The only time to get his father on the phone, Wayne knew, was at five in the morning. That was when Treadway ate breakfast, and it was the only time he could be relied on to be inside the house. Wayne was awake half the night thinking of what he would say to his father.

“Dad?”

Treadway was a man who did not like talking on the phone. The phone was for getting information across that could not be exchanged in any other way. It was the new form of telegrams.

“Did you figure it out, son? Were you able to see exactly what MCP was getting at?”

“I’m calling to say you might as well save yourself some money.”

“What’s that now, Wayne?”

“I’ve been thinking for a while about being on all these drugs, and not liking it.”

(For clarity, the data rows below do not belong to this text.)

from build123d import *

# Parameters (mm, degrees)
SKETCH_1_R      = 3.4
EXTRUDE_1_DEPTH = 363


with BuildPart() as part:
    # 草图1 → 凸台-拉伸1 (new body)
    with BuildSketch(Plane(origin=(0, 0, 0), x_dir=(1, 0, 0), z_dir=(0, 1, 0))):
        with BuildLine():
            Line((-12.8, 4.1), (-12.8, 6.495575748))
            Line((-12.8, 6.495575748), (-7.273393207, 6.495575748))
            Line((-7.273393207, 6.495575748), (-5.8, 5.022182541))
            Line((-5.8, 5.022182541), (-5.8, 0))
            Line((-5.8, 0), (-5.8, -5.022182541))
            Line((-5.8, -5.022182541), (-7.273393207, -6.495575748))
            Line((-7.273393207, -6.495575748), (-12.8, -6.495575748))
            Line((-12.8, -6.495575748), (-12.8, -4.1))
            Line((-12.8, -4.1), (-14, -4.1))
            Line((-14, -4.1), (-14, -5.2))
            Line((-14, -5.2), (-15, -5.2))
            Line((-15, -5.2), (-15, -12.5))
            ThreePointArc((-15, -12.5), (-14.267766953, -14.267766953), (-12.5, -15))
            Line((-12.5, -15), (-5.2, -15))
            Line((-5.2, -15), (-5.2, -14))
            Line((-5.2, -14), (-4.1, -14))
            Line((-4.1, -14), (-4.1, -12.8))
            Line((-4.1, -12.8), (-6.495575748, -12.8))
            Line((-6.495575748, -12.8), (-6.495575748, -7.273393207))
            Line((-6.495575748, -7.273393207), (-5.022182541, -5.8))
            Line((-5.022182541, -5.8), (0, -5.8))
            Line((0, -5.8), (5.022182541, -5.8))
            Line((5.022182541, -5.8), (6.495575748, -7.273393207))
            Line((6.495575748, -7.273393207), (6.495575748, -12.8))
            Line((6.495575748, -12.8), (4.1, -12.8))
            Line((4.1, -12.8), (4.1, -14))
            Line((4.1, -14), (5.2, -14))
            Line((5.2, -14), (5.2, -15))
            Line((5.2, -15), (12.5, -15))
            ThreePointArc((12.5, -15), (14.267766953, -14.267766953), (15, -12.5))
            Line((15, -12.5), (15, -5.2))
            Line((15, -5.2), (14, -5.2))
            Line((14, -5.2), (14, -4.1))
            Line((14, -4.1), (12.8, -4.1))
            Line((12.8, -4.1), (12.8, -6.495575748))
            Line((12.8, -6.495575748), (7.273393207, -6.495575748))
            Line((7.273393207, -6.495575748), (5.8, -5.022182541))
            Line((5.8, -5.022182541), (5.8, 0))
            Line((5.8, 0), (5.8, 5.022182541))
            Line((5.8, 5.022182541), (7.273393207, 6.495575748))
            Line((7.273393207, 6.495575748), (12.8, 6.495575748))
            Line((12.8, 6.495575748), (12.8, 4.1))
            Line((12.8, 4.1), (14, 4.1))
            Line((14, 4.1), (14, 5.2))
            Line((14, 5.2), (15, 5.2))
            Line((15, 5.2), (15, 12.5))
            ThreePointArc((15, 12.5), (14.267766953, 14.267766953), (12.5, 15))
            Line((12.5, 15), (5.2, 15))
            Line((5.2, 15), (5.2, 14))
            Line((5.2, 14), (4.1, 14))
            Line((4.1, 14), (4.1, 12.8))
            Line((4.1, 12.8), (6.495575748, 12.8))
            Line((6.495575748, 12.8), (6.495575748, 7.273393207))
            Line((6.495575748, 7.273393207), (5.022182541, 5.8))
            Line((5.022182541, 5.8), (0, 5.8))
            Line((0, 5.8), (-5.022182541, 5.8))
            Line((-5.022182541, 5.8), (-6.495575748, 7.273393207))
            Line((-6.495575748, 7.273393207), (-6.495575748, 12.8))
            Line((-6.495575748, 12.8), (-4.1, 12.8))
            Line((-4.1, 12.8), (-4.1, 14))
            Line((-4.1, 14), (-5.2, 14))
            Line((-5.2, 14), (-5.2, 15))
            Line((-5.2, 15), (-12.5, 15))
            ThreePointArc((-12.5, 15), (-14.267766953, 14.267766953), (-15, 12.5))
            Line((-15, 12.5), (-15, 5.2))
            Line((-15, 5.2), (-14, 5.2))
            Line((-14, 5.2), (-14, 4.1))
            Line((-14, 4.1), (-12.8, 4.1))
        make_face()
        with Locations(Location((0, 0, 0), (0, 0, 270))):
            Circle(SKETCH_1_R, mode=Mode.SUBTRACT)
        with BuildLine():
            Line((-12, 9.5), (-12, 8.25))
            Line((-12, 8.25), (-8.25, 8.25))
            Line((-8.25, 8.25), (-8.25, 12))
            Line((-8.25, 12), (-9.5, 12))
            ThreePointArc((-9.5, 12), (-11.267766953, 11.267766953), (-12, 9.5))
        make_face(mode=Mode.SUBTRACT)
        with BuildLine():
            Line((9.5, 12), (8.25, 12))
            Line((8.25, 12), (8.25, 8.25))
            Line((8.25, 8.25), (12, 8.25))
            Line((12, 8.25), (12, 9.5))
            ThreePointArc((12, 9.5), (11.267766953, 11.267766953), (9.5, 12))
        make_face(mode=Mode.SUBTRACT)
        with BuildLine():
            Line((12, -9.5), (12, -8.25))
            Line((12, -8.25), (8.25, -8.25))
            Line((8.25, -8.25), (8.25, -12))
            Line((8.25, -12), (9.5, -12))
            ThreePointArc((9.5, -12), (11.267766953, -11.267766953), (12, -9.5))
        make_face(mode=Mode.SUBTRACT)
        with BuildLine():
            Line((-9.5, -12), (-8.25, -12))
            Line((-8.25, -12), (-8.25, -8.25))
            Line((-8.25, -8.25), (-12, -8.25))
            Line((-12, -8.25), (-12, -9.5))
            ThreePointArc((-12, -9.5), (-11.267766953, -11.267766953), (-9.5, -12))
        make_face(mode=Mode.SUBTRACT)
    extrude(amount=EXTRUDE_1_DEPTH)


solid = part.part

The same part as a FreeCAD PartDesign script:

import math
import FreeCAD as App
import Part
import Sketcher

V = App.Vector
Q = App.Units.Quantity

doc = App.newDocument("Part")
params = doc.addObject("Spreadsheet::Sheet", "Params")
for row, (alias, value) in enumerate([
    ("sketch1_diameter", "6.8 mm"),
    ("sketch1_radius", "2.5 mm"),
    ("sketch1_width", "1 mm"),
    ("sketch1_width2", "1.2 mm"),
    ("sketch1_width3", "7.3 mm"),
    ("pad1_length", "363 mm"),
], start=1):
    params.set(f"A{row}", alias)
    params.set(f"B{row}", "=" + value)
    params.setAlias(f"B{row}", alias)

body = doc.addObject("PartDesign::Body", "Body")

sketch1 = body.newObject("Sketcher::SketchObject", "Sketch")
sketch1.AttachmentSupport = (doc.getObject("XZ_Plane"), [""])
sketch1.MapMode = "FlatFace"
sketch1.addGeometry(Part.LineSegment(V(-12.8, -4.1, 0), V(-12.8, -6.5, 0)), False)
sketch1.addGeometry(Part.LineSegment(V(-12.8, -6.5, 0), V(-7.3, -6.5, 0)), False)
sketch1.addGeometry(Part.LineSegment(V(-7.3, -6.5, 0), V(-5.8, -5, 0)), False)
sketch1.addGeometry(Part.LineSegment(V(-5.8, -5, 0), V(-5.8, 5, 0)), False)
sketch1.addGeometry(Part.LineSegment(V(-5.8, 5, 0), V(-7.3, 6.5, 0)), False)
sketch1.addGeometry(Part.LineSegment(V(-7.3, 6.5, 0), V(-12.8, 6.5, 0)), False)
sketch1.addGeometry(Part.LineSegment(V(-12.8, 6.5, 0), V(-12.8, 4.1, 0)), False)
sketch1.addGeometry(Part.LineSegment(V(-12.8, 4.1, 0), V(-14, 4.1, 0)), False)
sketch1.addGeometry(Part.LineSegment(V(-14, 4.1, 0), V(-14, 5.2, 0)), False)
sketch1.addGeometry(Part.LineSegment(V(-14, 5.2, 0), V(-15, 5.2, 0)), False)
sketch1.addGeometry(Part.LineSegment(V(-15, 5.2, 0), V(-15, 12.5, 0)), False)
sketch1.addGeometry(Part.ArcOfCircle(Part.Circle(V(-12.5, 12.5, 0), V(0, 0, 1), 2.5), math.radians(90), math.radians(180)), False)
sketch1.addGeometry(Part.LineSegment(V(-12.5, 15, 0), V(-5.2, 15, 0)), False)
sketch1.addGeometry(Part.LineSegment(V(-5.2, 15, 0), V(-5.2, 14, 0)), False)
sketch1.addGeometry(Part.LineSegment(V(-5.2, 14, 0), V(-4.1, 14, 0)), False)
sketch1.addGeometry(Part.LineSegment(V(-4.1, 14, 0), V(-4.1, 12.8, 0)), False)
sketch1.addGeometry(Part.LineSegment(V(-4.1, 12.8, 0), V(-6.5, 12.8, 0)), False)
sketch1.addGeometry(Part.LineSegment(V(-6.5, 12.8, 0), V(-6.5, 7.3, 0)), False)
sketch1.addGeometry(Part.LineSegment(V(-6.5, 7.3, 0), V(-5, 5.8, 0)), False)
sketch1.addGeometry(Part.LineSegment(V(-5, 5.8, 0), V(5, 5.8, 0)), False)
sketch1.addGeometry(Part.LineSegment(V(5, 5.8, 0), V(6.5, 7.3, 0)), False)
sketch1.addGeometry(Part.LineSegment(V(6.5, 7.3, 0), V(6.5, 12.8, 0)), False)
sketch1.addGeometry(Part.LineSegment(V(6.5, 12.8, 0), V(4.1, 12.8, 0)), False)
sketch1.addGeometry(Part.LineSegment(V(4.1, 12.8, 0), V(4.1, 14, 0)), False)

Wayne had been watching people. He watched men and women who passed him on their way to get pea soup at Shelley’s at lunchtime or croissants at the new bakery across from the Bank of Montreal. The street smelled of cigarettes, perfume, and coffee, and Wayne saw that the faces, bodies, clothes, and shoes of the men and women who passed him had been divided and thinned. The male or female in them had been both diluted and exaggerated. They were one, extremely so, or they were the other. The women trailed tapered gloves behind them and walked in ludicrous heels, while the men, with their fuzzy sideburns and brown briefcases, looked boring as little beagles out for the same rabbit. You define a tree and you do not see what it is; it becomes its name. It is the same with woman and man. Everywhere Wayne looked there was one or the other, male or female, abandoned by the other. The loneliness of this cracked the street in half. Could the two halves of the street bear to see Wayne walk the fissure and not name him a beast?